• _Instructions to follow_: Both the line containing "v 0.026 0.565 -6.858" and the line containing "v 5.038 9.271 -6.27" belong to the span. Output exactly that span from the listing below, and nothing outside it.

• _Listed records_:
Segment Open
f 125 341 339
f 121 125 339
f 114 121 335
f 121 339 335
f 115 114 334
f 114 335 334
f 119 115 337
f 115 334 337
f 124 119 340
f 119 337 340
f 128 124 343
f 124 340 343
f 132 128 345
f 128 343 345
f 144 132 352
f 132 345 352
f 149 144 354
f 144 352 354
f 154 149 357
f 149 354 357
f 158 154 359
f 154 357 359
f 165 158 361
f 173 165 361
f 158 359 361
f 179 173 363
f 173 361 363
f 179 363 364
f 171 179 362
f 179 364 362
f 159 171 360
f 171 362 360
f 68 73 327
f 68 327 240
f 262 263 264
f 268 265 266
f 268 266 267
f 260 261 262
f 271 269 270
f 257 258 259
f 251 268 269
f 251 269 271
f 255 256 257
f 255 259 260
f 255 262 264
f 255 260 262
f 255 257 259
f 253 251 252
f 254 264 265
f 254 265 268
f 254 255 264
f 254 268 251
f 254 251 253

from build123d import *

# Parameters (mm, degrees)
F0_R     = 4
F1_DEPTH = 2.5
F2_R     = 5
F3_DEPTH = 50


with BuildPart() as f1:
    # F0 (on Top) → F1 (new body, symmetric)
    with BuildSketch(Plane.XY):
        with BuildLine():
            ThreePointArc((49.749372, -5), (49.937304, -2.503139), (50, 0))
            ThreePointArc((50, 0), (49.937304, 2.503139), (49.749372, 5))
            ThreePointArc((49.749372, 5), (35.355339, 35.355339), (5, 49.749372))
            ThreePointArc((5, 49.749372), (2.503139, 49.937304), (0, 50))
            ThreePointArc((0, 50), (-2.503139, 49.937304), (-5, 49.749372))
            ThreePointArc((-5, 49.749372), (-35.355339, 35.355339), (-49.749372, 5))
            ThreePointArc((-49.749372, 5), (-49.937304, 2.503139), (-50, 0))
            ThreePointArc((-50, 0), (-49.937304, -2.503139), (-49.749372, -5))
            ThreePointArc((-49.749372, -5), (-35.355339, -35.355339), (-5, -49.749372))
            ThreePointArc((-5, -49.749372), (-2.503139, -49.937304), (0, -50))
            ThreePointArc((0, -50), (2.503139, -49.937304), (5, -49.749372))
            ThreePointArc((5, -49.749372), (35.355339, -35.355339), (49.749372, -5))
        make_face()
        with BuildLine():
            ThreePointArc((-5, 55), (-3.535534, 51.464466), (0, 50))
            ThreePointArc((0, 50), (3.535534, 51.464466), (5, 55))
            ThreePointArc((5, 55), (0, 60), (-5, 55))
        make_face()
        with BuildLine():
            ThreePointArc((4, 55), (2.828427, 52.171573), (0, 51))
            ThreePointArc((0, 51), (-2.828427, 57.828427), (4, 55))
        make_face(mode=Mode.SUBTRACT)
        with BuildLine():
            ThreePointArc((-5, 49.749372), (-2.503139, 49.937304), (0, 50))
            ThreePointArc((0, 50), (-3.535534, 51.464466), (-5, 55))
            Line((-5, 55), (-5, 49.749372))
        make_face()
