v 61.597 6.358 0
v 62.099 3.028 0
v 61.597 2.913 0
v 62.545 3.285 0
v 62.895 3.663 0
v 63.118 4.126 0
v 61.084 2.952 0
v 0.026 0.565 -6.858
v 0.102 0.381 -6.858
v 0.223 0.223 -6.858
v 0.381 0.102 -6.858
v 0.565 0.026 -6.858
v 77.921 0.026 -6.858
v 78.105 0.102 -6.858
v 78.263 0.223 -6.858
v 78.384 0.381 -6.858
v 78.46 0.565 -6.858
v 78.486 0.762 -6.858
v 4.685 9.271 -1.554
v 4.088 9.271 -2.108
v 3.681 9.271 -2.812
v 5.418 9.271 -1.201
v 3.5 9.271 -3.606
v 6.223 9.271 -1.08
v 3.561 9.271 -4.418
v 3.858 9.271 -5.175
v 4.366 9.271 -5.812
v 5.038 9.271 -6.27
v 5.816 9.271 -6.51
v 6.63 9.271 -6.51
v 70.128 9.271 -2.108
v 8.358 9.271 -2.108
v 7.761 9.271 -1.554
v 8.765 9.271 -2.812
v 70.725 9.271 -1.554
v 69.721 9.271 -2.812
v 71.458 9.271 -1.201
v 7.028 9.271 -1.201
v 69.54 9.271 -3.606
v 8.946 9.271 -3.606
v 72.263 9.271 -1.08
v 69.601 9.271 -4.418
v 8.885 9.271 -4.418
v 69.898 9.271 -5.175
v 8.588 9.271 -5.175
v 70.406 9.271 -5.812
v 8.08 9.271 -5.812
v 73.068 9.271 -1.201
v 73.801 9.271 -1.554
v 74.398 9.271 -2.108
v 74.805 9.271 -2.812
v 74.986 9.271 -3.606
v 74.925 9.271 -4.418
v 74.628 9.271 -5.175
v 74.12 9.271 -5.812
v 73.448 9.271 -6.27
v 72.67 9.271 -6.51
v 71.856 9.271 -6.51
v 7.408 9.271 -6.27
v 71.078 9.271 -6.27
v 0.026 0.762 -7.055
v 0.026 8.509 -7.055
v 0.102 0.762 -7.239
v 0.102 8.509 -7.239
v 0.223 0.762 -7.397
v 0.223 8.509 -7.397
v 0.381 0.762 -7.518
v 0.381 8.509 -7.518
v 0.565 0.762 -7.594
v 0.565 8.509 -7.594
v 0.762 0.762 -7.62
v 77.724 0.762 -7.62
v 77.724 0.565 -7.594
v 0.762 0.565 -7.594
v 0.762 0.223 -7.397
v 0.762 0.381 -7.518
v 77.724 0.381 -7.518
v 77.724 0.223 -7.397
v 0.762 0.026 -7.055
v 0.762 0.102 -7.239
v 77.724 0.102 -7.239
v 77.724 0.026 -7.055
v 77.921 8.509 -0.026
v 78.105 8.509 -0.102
Segment Closed
Segment Open
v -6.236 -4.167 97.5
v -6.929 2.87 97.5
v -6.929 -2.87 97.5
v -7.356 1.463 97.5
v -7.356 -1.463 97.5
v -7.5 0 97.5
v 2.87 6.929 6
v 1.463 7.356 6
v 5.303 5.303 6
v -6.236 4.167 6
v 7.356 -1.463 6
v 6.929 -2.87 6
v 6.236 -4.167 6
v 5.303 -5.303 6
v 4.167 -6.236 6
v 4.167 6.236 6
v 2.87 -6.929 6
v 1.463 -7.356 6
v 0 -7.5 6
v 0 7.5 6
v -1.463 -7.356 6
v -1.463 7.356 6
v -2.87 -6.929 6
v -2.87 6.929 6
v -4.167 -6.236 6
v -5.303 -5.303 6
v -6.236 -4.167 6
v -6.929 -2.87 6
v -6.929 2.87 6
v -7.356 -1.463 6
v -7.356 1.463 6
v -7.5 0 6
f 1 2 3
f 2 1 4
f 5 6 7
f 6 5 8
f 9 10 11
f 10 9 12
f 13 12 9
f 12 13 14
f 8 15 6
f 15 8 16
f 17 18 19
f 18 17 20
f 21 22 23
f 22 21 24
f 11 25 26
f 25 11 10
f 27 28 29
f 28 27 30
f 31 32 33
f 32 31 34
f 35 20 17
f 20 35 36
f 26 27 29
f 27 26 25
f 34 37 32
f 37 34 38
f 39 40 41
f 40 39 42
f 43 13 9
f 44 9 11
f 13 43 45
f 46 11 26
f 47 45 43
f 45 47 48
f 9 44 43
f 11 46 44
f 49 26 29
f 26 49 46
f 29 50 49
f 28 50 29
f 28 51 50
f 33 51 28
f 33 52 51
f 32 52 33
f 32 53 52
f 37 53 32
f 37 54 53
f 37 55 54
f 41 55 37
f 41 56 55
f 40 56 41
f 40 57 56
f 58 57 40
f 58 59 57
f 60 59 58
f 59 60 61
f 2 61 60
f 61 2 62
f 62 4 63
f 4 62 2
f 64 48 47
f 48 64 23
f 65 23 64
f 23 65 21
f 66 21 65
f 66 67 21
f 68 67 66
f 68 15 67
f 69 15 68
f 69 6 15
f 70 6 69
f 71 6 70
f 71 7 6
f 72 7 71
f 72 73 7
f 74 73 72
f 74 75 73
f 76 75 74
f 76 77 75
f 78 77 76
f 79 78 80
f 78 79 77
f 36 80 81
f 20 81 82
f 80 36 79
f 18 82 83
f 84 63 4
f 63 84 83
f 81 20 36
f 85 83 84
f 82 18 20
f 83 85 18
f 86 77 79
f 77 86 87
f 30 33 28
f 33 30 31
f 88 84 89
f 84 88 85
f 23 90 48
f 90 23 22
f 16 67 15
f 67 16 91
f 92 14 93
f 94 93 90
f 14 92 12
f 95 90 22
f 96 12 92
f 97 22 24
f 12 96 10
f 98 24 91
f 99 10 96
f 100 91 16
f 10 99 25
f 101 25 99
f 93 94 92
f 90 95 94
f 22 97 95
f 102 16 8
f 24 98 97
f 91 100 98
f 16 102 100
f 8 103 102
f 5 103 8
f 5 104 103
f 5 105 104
Segment Closed
• _Solved exercise_:
v 0.026 0.565 -6.858
v 0.102 0.381 -6.858
v 0.223 0.223 -6.858
v 0.381 0.102 -6.858
v 0.565 0.026 -6.858
v 77.921 0.026 -6.858
v 78.105 0.102 -6.858
v 78.263 0.223 -6.858
v 78.384 0.381 -6.858
v 78.46 0.565 -6.858
v 78.486 0.762 -6.858
v 4.685 9.271 -1.554
v 4.088 9.271 -2.108
v 3.681 9.271 -2.812
v 5.418 9.271 -1.201
v 3.5 9.271 -3.606
v 6.223 9.271 -1.08
v 3.561 9.271 -4.418
v 3.858 9.271 -5.175
v 4.366 9.271 -5.812
v 5.038 9.271 -6.27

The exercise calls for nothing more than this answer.